RECORDED DATA: Begin

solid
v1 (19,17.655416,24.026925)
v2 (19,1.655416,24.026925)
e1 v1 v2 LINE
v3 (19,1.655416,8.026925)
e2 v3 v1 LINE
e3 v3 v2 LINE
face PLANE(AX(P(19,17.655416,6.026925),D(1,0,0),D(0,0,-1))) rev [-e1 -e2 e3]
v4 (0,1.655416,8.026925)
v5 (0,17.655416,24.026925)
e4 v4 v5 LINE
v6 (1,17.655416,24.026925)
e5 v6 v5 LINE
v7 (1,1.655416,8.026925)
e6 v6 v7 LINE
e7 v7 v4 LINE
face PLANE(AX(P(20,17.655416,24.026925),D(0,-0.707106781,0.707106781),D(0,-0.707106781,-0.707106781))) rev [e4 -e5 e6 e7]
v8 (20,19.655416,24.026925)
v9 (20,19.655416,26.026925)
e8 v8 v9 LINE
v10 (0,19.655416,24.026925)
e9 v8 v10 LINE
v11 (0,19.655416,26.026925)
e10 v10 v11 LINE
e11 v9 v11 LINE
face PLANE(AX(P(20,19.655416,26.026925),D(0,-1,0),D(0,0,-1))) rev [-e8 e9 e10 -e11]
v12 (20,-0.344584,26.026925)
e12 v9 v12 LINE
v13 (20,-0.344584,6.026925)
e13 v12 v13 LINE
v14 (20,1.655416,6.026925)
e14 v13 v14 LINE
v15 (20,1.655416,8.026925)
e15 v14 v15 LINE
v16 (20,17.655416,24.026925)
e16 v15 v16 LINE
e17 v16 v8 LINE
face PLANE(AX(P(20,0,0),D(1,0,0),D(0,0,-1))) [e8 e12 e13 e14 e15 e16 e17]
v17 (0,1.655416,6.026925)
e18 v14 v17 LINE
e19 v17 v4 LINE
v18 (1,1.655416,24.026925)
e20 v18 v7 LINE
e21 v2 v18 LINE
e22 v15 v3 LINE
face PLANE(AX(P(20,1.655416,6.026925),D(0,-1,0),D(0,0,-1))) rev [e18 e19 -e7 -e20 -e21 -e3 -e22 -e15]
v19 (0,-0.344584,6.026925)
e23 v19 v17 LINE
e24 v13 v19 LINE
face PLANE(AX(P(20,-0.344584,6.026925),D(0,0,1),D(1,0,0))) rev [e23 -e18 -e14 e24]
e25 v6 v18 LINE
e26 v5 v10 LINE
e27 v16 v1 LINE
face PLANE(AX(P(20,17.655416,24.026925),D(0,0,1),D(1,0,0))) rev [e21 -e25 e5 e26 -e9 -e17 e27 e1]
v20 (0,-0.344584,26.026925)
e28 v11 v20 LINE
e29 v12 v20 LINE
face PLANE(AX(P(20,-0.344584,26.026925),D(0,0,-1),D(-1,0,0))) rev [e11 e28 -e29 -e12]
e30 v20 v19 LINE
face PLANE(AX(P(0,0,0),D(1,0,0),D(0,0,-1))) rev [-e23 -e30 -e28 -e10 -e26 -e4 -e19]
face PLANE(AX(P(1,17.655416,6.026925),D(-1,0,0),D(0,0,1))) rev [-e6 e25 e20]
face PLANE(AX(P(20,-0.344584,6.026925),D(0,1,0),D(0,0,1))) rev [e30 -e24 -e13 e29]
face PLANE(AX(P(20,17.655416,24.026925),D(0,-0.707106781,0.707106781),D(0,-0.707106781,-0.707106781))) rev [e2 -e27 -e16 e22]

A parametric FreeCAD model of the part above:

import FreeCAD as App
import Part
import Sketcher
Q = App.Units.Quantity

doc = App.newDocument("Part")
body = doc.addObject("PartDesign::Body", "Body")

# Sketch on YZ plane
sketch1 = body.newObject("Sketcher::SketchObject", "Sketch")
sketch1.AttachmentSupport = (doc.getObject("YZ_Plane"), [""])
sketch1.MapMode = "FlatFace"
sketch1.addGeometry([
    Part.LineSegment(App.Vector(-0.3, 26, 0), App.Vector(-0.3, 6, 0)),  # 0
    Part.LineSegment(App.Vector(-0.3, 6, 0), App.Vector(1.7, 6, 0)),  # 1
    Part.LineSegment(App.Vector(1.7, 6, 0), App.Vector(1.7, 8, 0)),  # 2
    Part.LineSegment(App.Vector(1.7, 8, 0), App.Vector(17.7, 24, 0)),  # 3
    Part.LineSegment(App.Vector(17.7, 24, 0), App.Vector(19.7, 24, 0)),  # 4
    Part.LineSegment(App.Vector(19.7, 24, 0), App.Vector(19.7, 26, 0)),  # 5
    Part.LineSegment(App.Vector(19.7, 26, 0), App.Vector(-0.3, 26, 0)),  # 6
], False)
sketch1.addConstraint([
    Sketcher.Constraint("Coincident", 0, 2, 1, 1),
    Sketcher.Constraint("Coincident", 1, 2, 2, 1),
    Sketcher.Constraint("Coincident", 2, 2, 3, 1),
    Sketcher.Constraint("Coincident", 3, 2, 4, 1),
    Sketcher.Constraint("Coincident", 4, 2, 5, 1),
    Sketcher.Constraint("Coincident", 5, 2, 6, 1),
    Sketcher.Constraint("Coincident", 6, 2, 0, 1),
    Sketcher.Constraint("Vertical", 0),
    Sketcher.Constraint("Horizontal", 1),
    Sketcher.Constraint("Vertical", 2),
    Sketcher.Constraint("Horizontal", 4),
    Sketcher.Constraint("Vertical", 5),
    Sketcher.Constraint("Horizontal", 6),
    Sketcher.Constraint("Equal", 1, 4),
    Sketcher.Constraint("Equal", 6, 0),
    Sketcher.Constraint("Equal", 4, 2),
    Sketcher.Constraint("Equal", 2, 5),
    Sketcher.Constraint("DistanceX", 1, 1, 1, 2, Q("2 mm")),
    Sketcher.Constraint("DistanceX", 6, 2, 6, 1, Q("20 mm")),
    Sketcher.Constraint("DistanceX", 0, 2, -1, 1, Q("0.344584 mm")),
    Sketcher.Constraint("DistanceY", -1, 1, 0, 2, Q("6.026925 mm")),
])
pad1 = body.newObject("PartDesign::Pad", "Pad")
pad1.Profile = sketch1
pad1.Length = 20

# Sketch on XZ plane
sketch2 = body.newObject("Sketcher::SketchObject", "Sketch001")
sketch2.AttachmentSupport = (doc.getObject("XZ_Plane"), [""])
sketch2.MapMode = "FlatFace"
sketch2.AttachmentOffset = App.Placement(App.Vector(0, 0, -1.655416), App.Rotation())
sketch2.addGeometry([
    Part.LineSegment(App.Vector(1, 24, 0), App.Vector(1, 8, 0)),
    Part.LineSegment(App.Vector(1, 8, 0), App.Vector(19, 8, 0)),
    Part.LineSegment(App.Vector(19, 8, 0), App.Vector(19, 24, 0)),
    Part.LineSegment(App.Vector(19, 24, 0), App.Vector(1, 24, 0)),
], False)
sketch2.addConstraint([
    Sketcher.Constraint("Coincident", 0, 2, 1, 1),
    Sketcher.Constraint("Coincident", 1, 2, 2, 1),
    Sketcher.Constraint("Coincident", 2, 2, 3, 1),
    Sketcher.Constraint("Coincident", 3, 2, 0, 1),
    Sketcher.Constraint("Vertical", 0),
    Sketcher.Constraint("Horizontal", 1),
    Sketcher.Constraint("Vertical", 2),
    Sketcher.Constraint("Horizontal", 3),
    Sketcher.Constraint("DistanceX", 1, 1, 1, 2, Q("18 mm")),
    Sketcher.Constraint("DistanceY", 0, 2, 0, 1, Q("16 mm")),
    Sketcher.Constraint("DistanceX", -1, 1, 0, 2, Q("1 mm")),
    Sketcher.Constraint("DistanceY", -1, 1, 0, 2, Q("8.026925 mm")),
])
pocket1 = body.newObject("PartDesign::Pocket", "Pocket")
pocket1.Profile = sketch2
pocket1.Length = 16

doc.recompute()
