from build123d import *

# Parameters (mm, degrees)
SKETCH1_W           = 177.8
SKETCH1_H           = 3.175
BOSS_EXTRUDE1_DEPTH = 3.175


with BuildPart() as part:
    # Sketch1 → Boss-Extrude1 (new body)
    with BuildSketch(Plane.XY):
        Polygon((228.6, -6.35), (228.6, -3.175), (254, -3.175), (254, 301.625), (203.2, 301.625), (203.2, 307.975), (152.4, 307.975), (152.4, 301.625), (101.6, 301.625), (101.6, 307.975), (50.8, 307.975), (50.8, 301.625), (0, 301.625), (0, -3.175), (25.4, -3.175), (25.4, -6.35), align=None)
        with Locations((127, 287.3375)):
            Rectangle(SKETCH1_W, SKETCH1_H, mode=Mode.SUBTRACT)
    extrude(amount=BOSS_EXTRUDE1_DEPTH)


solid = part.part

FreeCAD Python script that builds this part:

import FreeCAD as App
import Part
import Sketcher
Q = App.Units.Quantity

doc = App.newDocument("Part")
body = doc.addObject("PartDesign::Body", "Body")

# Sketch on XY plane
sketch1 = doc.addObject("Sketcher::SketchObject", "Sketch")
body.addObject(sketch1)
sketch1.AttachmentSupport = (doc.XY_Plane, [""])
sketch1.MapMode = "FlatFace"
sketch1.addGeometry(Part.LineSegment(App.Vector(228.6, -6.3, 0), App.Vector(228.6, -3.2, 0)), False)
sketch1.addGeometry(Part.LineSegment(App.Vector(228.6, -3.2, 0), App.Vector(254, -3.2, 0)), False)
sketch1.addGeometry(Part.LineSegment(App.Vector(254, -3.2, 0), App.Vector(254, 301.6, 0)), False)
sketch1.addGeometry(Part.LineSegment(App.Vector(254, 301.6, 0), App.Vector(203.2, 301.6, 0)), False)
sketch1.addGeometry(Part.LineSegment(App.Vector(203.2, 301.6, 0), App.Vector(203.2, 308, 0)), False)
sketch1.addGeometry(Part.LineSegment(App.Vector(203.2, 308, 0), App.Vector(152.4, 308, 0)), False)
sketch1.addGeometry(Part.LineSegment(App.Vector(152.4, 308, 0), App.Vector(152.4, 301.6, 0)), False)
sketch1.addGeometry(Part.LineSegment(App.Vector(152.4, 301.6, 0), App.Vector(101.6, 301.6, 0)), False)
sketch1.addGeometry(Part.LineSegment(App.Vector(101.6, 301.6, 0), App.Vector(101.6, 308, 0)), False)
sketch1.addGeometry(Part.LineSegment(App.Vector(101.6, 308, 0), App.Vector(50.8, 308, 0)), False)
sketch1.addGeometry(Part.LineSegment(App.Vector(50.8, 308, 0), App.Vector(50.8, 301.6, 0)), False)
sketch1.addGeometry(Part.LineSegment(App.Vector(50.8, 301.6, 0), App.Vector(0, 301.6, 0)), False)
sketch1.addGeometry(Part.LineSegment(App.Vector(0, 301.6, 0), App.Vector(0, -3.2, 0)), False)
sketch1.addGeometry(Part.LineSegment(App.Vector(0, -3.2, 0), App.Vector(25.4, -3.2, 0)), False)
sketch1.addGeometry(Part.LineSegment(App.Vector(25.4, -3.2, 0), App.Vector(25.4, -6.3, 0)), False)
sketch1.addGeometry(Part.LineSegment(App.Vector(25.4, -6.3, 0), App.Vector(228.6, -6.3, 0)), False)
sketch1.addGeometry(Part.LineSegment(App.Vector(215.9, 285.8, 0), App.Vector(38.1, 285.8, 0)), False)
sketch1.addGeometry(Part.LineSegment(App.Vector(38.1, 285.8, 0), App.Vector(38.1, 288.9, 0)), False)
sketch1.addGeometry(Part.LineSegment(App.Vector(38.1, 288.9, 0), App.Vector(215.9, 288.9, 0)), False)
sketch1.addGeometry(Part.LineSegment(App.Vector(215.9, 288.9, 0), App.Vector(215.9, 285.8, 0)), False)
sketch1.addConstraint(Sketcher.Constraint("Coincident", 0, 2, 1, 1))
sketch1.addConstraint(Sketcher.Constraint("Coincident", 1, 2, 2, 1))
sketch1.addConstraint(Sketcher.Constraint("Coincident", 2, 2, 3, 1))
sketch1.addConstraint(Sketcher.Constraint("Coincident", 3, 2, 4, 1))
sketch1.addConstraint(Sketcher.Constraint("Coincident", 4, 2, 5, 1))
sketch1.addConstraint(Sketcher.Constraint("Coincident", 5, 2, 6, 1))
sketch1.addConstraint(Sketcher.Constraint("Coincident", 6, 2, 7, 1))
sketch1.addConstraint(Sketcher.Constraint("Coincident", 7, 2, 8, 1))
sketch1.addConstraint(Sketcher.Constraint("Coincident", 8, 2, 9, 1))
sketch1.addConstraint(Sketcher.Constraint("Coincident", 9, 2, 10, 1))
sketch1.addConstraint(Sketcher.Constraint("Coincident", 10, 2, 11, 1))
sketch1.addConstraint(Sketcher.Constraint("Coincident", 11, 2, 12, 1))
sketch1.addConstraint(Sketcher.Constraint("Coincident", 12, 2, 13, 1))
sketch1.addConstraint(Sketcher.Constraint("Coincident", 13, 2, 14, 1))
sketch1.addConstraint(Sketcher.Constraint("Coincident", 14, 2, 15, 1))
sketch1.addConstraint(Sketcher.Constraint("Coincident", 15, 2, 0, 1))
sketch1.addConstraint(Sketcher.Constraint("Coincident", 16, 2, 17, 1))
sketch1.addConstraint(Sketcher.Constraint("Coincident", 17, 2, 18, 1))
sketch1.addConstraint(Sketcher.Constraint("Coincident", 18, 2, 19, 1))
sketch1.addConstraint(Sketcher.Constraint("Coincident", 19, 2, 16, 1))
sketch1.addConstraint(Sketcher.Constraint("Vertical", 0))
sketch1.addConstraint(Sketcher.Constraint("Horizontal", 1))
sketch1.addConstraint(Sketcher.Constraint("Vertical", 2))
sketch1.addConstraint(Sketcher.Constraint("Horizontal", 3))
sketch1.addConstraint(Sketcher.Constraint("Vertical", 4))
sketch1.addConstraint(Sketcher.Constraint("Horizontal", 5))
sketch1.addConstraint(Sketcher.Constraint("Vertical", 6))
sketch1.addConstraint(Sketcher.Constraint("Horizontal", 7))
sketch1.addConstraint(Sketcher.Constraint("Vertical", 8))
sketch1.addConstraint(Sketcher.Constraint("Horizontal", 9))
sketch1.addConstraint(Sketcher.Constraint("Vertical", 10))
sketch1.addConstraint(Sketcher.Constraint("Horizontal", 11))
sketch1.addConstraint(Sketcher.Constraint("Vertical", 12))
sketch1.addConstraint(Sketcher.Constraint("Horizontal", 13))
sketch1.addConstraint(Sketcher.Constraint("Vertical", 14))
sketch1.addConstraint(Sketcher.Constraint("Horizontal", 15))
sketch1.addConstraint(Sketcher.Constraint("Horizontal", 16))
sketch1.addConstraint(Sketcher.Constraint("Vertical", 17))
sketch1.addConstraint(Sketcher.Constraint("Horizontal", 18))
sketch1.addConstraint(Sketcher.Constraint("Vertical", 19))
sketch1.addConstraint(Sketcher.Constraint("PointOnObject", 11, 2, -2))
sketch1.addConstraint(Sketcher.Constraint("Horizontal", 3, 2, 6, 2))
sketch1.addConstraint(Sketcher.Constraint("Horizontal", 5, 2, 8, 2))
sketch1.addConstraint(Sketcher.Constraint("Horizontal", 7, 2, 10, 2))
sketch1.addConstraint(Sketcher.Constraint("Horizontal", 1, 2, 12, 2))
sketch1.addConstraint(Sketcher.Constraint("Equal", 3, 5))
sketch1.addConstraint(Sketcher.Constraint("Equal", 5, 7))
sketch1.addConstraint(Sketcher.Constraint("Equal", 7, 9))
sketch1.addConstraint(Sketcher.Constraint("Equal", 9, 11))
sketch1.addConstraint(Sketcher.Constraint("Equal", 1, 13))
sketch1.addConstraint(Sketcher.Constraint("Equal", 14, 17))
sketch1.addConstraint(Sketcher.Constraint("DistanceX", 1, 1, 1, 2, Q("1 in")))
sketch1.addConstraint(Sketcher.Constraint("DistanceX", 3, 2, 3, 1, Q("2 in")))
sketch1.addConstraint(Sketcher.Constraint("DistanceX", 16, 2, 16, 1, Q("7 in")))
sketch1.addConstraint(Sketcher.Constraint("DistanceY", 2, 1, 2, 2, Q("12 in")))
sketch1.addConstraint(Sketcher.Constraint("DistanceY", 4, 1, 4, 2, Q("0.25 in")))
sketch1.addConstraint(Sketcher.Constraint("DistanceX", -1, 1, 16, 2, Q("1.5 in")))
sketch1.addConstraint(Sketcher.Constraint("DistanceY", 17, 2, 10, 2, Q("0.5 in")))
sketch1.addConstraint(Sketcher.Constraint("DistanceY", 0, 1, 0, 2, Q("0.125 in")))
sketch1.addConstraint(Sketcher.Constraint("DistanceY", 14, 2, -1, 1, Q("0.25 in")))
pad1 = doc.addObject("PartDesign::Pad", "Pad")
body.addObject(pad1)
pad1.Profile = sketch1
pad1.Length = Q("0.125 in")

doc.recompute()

RECORDED DATA: End

» **WHAT YOU HAVE TO DO**
Would you please copy, word for word, everything above from the line containing "e10 v10 v11 LINE" down to the line containing "e22 v15 v3 LINE", those two lines included?

» **SOLUTION**
e10 v10 v11 LINE
e11 v9 v11 LINE
face PLANE(AX(P(20,19.655416,26.026925),D(0,-1,0),D(0,0,-1))) rev [-e8 e9 e10 -e11]
v12 (20,-0.344584,26.026925)
e12 v9 v12 LINE
v13 (20,-0.344584,6.026925)
e13 v12 v13 LINE
v14 (20,1.655416,6.026925)
e14 v13 v14 LINE
v15 (20,1.655416,8.026925)
e15 v14 v15 LINE
v16 (20,17.655416,24.026925)
e16 v15 v16 LINE
e17 v16 v8 LINE
face PLANE(AX(P(20,0,0),D(1,0,0),D(0,0,-1))) [e8 e12 e13 e14 e15 e16 e17]
v17 (0,1.655416,6.026925)
e18 v14 v17 LINE
e19 v17 v4 LINE
v18 (1,1.655416,24.026925)
e20 v18 v7 LINE
e21 v2 v18 LINE
e22 v15 v3 LINE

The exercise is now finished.